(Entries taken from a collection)
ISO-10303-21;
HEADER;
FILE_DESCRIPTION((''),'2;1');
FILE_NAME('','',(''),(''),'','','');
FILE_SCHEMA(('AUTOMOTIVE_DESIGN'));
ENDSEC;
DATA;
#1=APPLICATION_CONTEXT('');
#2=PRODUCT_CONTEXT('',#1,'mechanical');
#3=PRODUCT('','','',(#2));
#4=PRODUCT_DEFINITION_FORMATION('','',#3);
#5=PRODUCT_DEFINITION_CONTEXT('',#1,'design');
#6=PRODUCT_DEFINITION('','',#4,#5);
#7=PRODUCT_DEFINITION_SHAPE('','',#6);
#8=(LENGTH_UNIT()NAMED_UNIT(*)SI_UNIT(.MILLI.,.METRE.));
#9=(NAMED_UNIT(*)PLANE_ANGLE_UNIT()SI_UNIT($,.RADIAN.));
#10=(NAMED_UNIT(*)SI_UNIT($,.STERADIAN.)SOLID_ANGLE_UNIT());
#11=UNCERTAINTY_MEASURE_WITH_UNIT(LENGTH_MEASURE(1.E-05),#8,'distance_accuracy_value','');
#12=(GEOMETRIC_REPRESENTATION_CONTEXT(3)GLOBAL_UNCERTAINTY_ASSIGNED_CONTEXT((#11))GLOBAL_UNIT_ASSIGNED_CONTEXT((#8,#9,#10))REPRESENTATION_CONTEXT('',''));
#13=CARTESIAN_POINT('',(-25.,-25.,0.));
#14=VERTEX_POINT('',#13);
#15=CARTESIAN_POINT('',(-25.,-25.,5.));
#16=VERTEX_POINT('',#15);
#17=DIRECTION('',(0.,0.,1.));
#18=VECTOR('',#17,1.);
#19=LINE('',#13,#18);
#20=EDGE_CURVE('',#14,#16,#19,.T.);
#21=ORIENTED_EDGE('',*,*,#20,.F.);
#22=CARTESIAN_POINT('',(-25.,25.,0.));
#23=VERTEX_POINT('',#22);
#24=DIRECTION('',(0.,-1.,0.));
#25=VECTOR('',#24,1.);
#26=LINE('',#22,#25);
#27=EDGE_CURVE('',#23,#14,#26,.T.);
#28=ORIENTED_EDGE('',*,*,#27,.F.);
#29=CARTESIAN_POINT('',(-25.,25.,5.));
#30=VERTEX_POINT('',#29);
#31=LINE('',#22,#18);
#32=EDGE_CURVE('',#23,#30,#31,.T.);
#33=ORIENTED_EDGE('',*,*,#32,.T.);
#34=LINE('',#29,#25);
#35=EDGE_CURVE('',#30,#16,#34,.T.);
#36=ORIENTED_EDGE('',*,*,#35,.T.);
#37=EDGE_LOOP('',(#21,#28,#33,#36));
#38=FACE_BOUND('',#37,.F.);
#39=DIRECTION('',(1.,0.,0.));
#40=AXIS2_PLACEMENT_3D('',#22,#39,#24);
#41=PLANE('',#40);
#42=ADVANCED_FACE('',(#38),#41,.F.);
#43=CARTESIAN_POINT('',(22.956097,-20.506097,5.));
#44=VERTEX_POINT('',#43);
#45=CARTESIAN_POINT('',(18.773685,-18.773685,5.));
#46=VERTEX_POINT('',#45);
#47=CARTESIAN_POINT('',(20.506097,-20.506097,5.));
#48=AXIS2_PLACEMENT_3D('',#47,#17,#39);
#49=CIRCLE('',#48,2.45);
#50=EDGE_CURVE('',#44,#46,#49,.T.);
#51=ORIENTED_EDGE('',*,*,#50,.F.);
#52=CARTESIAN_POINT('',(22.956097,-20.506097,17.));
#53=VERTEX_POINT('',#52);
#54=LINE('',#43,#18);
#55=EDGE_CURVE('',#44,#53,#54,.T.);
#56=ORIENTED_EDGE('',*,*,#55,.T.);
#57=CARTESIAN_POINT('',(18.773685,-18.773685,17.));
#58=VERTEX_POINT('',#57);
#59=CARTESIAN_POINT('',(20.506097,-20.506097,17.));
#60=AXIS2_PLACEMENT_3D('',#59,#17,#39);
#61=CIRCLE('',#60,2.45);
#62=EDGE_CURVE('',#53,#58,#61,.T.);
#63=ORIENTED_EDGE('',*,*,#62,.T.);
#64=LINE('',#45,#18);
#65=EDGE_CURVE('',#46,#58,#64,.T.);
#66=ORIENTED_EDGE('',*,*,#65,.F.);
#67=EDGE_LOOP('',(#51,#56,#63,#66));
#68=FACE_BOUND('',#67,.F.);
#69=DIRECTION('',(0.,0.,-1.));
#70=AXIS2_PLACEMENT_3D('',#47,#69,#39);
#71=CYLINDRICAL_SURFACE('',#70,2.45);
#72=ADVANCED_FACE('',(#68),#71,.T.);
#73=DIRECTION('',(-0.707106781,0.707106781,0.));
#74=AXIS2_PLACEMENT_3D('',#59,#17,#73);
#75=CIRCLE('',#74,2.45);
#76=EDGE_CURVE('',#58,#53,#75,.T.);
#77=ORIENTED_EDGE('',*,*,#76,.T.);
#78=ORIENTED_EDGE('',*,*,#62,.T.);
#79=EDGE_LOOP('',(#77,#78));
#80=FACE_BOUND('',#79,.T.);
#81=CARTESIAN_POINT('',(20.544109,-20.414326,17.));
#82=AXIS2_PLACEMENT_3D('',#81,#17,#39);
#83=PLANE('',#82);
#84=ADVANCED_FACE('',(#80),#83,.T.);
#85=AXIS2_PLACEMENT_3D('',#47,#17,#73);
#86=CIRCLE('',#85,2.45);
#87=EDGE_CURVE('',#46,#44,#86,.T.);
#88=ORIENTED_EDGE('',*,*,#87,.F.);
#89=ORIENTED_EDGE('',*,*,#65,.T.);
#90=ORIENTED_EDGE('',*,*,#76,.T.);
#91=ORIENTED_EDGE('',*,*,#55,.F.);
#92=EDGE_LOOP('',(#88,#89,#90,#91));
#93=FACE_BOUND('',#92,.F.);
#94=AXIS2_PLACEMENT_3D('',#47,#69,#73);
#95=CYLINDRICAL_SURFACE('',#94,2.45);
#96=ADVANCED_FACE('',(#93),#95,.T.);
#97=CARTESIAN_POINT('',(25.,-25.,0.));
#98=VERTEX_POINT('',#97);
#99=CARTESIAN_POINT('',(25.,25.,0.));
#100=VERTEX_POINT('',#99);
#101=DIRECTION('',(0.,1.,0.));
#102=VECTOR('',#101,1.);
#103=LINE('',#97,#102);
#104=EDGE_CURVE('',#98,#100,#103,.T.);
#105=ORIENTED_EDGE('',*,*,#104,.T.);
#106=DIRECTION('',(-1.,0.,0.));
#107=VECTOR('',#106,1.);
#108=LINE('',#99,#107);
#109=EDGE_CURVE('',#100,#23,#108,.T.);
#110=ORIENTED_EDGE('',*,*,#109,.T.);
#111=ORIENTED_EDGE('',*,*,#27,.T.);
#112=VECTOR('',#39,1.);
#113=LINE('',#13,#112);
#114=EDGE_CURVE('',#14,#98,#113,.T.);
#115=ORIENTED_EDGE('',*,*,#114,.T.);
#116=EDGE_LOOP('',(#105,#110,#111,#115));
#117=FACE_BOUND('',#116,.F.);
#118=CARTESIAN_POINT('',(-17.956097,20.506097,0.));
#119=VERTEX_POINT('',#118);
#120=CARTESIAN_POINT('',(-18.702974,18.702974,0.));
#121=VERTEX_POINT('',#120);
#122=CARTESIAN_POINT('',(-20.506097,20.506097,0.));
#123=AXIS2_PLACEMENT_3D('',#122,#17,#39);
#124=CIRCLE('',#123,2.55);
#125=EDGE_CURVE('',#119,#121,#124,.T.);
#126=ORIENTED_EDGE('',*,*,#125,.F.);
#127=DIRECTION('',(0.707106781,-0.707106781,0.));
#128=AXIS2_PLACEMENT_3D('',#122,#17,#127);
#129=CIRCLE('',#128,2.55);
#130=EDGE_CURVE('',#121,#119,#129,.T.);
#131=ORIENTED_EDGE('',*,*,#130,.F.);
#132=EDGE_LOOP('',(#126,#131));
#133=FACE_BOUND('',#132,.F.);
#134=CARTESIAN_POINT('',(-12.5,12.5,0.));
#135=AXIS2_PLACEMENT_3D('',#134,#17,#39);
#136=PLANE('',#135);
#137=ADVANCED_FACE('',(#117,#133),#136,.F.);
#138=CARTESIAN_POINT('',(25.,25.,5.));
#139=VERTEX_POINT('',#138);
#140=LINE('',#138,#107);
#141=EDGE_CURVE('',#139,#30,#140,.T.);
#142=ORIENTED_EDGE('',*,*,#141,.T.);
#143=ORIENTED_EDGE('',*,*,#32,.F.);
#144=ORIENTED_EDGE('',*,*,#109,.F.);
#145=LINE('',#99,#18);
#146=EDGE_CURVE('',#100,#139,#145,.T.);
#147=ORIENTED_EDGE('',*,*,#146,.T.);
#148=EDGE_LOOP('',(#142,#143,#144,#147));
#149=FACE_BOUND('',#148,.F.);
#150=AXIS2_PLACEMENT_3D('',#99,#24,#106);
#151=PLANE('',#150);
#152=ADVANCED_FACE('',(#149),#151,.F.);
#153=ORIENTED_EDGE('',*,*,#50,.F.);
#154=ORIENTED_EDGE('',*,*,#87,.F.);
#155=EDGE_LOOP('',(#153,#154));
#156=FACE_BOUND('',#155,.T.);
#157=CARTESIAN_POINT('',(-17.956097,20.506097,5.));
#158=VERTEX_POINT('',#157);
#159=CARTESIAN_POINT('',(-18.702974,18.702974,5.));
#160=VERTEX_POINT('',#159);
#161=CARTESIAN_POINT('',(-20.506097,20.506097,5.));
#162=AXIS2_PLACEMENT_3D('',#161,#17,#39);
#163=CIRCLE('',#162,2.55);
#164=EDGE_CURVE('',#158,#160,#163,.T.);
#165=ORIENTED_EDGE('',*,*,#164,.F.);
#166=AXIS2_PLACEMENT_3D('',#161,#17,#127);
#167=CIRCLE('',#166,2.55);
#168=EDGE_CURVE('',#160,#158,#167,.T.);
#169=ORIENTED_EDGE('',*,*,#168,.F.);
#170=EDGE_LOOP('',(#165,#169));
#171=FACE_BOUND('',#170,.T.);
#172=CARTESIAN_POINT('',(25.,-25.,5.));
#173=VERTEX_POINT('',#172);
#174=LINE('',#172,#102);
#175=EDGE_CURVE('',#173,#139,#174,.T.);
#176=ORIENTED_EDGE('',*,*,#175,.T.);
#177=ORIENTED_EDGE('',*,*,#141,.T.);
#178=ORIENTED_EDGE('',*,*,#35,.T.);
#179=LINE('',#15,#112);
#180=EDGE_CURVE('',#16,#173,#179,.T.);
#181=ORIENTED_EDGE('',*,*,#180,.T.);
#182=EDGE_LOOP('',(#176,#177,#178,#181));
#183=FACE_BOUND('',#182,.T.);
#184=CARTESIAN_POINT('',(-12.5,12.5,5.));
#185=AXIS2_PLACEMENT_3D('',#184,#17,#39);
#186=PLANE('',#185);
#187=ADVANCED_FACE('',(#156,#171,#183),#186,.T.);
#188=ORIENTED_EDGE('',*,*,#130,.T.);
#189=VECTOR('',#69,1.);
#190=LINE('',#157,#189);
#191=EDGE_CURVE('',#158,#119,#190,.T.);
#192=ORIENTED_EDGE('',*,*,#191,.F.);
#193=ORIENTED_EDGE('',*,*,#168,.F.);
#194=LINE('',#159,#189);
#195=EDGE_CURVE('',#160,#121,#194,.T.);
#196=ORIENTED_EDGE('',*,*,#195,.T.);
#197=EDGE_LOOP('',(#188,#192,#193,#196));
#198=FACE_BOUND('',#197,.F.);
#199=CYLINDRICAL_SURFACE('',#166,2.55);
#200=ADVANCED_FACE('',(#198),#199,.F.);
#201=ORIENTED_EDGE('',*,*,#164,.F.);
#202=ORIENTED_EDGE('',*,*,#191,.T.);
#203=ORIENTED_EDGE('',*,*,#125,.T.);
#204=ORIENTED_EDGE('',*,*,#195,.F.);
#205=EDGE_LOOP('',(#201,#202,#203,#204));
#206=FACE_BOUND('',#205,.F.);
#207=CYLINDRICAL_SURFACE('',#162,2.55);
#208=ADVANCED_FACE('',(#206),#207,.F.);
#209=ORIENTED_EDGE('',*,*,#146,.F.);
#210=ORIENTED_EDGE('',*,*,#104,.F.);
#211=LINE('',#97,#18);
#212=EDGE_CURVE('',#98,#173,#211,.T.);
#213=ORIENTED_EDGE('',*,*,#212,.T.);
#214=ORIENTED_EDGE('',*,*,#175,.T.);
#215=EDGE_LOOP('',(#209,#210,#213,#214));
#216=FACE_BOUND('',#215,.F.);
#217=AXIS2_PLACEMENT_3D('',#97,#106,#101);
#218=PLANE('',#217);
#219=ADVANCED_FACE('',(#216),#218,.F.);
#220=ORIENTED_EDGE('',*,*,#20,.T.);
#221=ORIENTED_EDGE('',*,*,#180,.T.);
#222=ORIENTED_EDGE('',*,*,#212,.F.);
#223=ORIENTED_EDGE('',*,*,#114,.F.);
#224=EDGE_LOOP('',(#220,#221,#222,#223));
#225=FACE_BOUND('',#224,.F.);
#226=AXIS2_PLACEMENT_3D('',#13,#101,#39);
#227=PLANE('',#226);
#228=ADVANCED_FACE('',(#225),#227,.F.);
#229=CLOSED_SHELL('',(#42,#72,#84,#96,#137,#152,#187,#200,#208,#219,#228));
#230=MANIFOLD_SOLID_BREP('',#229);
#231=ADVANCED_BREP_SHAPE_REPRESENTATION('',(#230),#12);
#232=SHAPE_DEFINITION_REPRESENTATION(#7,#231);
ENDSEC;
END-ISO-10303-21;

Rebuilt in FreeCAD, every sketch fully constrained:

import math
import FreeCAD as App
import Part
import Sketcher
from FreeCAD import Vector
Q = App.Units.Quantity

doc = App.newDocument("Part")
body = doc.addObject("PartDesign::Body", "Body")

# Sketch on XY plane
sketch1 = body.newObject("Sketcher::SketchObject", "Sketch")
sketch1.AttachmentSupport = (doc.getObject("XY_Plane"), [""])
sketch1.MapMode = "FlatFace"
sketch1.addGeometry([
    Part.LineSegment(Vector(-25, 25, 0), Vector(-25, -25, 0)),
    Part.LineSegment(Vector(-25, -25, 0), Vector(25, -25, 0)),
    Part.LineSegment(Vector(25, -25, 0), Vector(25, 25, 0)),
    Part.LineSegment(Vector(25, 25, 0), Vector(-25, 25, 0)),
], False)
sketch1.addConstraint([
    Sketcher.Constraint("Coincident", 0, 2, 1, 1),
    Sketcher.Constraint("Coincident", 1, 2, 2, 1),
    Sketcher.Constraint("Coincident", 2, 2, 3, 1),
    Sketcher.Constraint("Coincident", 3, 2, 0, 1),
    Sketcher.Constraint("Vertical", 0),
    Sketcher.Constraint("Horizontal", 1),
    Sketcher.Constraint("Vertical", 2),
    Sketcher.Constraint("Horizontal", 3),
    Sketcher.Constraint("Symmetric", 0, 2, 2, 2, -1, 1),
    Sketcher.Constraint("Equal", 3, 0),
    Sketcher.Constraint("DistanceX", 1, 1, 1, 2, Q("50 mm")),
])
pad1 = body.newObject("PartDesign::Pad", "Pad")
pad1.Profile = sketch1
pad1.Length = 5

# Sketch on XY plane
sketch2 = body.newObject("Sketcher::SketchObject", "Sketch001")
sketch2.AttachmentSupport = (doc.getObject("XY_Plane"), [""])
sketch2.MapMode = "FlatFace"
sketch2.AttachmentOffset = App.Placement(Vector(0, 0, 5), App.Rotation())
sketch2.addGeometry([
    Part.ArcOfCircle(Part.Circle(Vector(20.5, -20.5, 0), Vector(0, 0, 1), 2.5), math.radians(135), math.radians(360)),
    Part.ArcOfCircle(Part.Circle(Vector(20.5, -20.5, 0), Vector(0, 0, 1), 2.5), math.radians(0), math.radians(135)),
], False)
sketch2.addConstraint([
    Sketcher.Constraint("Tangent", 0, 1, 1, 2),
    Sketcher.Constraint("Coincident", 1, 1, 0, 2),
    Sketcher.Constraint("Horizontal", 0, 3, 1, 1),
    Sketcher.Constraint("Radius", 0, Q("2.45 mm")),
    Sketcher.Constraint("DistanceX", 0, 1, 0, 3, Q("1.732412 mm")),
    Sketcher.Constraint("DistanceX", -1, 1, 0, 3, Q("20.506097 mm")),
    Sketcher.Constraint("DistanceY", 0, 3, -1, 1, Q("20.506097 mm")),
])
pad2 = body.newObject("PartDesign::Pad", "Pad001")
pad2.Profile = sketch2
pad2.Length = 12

PROMPT >>
From the records above, transcribe without alteration every line from the one with "#116=EDGE_LOOP('',(#105,#110,#111,#115));" to the one with "#125=EDGE_CURVE('',#119,#121,#124,.T.);", inclusive.

EXERCISE RESPONSE >>
#116=EDGE_LOOP('',(#105,#110,#111,#115));
#117=FACE_BOUND('',#116,.F.);
#118=CARTESIAN_POINT('',(-17.956097,20.506097,0.));
#119=VERTEX_POINT('',#118);
#120=CARTESIAN_POINT('',(-18.702974,18.702974,0.));
#121=VERTEX_POINT('',#120);
#122=CARTESIAN_POINT('',(-20.506097,20.506097,0.));
#123=AXIS2_PLACEMENT_3D('',#122,#17,#39);
#124=CIRCLE('',#123,2.55);
#125=EDGE_CURVE('',#119,#121,#124,.T.);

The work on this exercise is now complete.